Entries taken from a collection:

BEGIN

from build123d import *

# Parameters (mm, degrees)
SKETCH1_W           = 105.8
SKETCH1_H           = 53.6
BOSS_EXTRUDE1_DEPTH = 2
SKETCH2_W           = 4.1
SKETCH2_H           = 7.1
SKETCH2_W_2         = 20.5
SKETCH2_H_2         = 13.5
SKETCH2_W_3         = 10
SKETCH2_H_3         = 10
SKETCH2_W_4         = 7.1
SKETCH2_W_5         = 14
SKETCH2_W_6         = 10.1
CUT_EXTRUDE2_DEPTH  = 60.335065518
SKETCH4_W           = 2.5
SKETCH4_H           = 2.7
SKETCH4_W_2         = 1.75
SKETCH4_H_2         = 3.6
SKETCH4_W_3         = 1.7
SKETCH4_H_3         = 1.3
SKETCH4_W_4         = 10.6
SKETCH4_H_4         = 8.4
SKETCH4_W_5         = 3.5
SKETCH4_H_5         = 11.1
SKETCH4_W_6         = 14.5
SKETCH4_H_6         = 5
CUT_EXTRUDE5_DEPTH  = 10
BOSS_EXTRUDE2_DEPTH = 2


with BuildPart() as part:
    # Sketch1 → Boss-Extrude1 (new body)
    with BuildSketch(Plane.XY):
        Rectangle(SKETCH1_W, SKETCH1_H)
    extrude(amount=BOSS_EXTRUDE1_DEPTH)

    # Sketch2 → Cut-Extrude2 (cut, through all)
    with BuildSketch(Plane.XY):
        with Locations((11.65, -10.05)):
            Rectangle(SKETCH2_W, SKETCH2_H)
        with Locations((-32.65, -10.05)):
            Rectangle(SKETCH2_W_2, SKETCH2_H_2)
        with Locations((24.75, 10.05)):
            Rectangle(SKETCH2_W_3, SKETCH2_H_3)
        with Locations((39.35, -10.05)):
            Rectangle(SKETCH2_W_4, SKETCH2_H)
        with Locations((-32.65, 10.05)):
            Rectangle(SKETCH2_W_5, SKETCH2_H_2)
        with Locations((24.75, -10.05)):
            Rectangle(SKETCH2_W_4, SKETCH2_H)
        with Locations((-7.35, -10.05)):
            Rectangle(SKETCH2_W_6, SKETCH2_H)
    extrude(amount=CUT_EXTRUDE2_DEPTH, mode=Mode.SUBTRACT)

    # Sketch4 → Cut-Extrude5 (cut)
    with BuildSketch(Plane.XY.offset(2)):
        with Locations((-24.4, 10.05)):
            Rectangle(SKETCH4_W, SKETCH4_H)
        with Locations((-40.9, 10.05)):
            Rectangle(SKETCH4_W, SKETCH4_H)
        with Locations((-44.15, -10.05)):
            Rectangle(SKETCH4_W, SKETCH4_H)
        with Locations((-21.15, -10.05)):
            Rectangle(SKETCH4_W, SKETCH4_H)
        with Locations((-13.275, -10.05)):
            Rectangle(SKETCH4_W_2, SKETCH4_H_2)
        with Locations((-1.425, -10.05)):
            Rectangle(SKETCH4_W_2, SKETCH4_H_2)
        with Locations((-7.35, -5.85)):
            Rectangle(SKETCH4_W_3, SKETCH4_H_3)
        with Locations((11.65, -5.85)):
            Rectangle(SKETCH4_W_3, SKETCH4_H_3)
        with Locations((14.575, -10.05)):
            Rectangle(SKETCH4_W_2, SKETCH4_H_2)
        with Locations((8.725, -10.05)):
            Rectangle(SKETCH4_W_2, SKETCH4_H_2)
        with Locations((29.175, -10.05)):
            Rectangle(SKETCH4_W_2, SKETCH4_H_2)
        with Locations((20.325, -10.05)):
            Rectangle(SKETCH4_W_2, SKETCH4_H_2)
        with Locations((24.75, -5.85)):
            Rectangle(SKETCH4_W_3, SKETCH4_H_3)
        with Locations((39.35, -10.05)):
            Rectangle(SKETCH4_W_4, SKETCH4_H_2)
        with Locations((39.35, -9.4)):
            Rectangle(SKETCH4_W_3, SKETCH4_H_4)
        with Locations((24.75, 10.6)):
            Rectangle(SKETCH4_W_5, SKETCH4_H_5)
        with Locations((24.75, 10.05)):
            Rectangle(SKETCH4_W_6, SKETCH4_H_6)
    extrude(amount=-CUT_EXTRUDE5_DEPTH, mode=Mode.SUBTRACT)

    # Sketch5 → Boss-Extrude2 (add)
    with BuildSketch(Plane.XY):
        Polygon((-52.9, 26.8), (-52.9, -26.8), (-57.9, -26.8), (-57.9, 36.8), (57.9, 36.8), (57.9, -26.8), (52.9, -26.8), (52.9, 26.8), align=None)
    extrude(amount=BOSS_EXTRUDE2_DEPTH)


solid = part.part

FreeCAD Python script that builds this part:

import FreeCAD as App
import Part
import Sketcher
Q = App.Units.Quantity


def add_polygon(sketch, points):
    """Adds a closed chain of lines whose ends are joined by coincident constraints."""
    first, n = sketch.GeometryCount, len(points)
    for a, b in zip(points, points[1:] + points[:1]):
        sketch.addGeometry(Part.LineSegment(App.Vector(*a, 0), App.Vector(*b, 0)), False)
    for i in range(n):
        sketch.addConstraint(Sketcher.Constraint("Coincident", first + i, 2, first + (i + 1) % n, 1))

doc = App.newDocument("Part")
body = doc.addObject("PartDesign::Body", "Body")

sketch1 = body.newObject("Sketcher::SketchObject", "Sketch")
sketch1.AttachmentSupport = (doc.getObject("XY_Plane"), [""])
sketch1.MapMode = "FlatFace"
add_polygon(sketch1, [(-53, 27), (-53, -27), (53, -27), (53, 27)])
sketch1.addConstraint(Sketcher.Constraint("Vertical", 0))
sketch1.addConstraint(Sketcher.Constraint("Horizontal", 1))
sketch1.addConstraint(Sketcher.Constraint("Vertical", 2))
sketch1.addConstraint(Sketcher.Constraint("Horizontal", 3))
sketch1.addConstraint(Sketcher.Constraint("Symmetric", 0, 2, 2, 2, -1, 1))
sketch1.addConstraint(Sketcher.Constraint("DistanceX", 1, 1, 1, 2, Q("105.8 mm")))
sketch1.addConstraint(Sketcher.Constraint("DistanceY", 0, 2, 0, 1, Q("53.6 mm")))
pad1 = body.newObject("PartDesign::Pad", "Pad")
pad1.Profile = sketch1
pad1.Length = 2

sketch2 = body.newObject("Sketcher::SketchObject", "Sketch001")
sketch2.AttachmentSupport = (doc.getObject("XY_Plane"), [""])
sketch2.MapMode = "FlatFace"
add_polygon(sketch2, [(9.6, -6.5), (9.6, -13.6), (13.7, -13.6), (13.7, -6.5)])
add_polygon(sketch2, [(-42.9, -3.3), (-42.9, -16.8), (-22.4, -16.8), (-22.4, -3.3)])
add_polygon(sketch2, [(19.8, 15.1), (19.8, 5), (29.8, 5), (29.8, 15.1)])
add_polygon(sketch2, [(35.8, -6.5), (35.8, -13.6), (42.9, -13.6), (42.9, -6.5)])
add_polygon(sketch2, [(-39.6, 16.8), (-39.6, 3.3), (-25.6, 3.3), (-25.6, 16.8)])
add_polygon(sketch2, [(21.2, -6.5), (21.2, -13.6), (28.3, -13.6), (28.3, -6.5)])
add_polygon(sketch2, [(-12.4, -6.5), (-12.4, -13.6), (-2.3, -13.6), (-2.3, -6.5)])
sketch2.addConstraint(Sketcher.Constraint("Vertical", 0))
sketch2.addConstraint(Sketcher.Constraint("Horizontal", 1))
sketch2.addConstraint(Sketcher.Constraint("Vertical", 2))
sketch2.addConstraint(Sketcher.Constraint("Horizontal", 3))
sketch2.addConstraint(Sketcher.Constraint("Vertical", 4))
sketch2.addConstraint(Sketcher.Constraint("Horizontal", 5))
sketch2.addConstraint(Sketcher.Constraint("Vertical", 6))
sketch2.addConstraint(Sketcher.Constraint("Horizontal", 7))
sketch2.addConstraint(Sketcher.Constraint("Vertical", 8))
sketch2.addConstraint(Sketcher.Constraint("Horizontal", 9))
sketch2.addConstraint(Sketcher.Constraint("Vertical", 10))
sketch2.addConstraint(Sketcher.Constraint("Horizontal", 11))
sketch2.addConstraint(Sketcher.Constraint("Vertical", 12))
sketch2.addConstraint(Sketcher.Constraint("Horizontal", 13))
sketch2.addConstraint(Sketcher.Constraint("Vertical", 14))
sketch2.addConstraint(Sketcher.Constraint("Horizontal", 15))
sketch2.addConstraint(Sketcher.Constraint("Vertical", 16))
sketch2.addConstraint(Sketcher.Constraint("Horizontal", 17))
sketch2.addConstraint(Sketcher.Constraint("Vertical", 18))
sketch2.addConstraint(Sketcher.Constraint("Horizontal", 19))
sketch2.addConstraint(Sketcher.Constraint("Vertical", 20))
sketch2.addConstraint(Sketcher.Constraint("Horizontal", 21))
sketch2.addConstraint(Sketcher.Constraint("Vertical", 22))
sketch2.addConstraint(Sketcher.Constraint("Horizontal", 23))
sketch2.addConstraint(Sketcher.Constraint("Vertical", 24))
sketch2.addConstraint(Sketcher.Constraint("Horizontal", 25))
sketch2.addConstraint(Sketcher.Constraint("Vertical", 26))
sketch2.addConstraint(Sketcher.Constraint("Horizontal", 27))
sketch2.addConstraint(Sketcher.Constraint("Horizontal", 1, 2, 12, 2))
sketch2.addConstraint(Sketcher.Constraint("Horizontal", 3, 2, 14, 2))
sketch2.addConstraint(Sketcher.Constraint("Horizontal", 13, 2, 20, 2))
sketch2.addConstraint(Sketcher.Constraint("Horizontal", 15, 2, 22, 2))
sketch2.addConstraint(Sketcher.Constraint("Horizontal", 21, 2, 24, 2))
sketch2.addConstraint(Sketcher.Constraint("Horizontal", 23, 2, 26, 2))
sketch2.addConstraint(Sketcher.Constraint("Equal", 15, 21))
sketch2.addConstraint(Sketcher.Constraint("Equal", 23, 0))
sketch2.addConstraint(Sketcher.Constraint("Equal", 11, 8))
sketch2.addConstraint(Sketcher.Constraint("Equal", 6, 16))
sketch2.addConstraint(Sketcher.Constraint("DistanceX", 9, 1, 9, 2, Q("10 mm")))
sketch2.addConstraint(Sketcher.Constraint("DistanceX", 17, 1, 17, 2, Q("14 mm")))
sketch2.addConstraint(Sketcher.Constraint("DistanceX", 1, 1, 1, 2, Q("4.1 mm")))
sketch2.addConstraint(Sketcher.Constraint("DistanceX", 5, 1, 5, 2, Q("20.5 mm")))
sketch2.addConstraint(Sketcher.Constraint("DistanceX", 13, 1, 13, 2, Q("7.1 mm")))
sketch2.addConstraint(Sketcher.Constraint("DistanceX", 25, 1, 25, 2, Q("10.1 mm")))
sketch2.addConstraint(Sketcher.Constraint("DistanceY", 4, 2, 4, 1, Q("13.5 mm")))
sketch2.addConstraint(Sketcher.Constraint("DistanceX", 5, 2, 0, 2, Q("32 mm")))
sketch2.addConstraint(Sketcher.Constraint("DistanceX", 5, 2, 24, 2, Q("10 mm")))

END

* _WORK TO COMPLETE_
Within the data above, pick out all lines holding the word "amount".

* _ANSWER BELOW_
    extrude(amount=BOSS_EXTRUDE1_DEPTH)
    extrude(amount=CUT_EXTRUDE2_DEPTH, mode=Mode.SUBTRACT)
    extrude(amount=-CUT_EXTRUDE5_DEPTH, mode=Mode.SUBTRACT)
    extrude(amount=BOSS_EXTRUDE2_DEPTH)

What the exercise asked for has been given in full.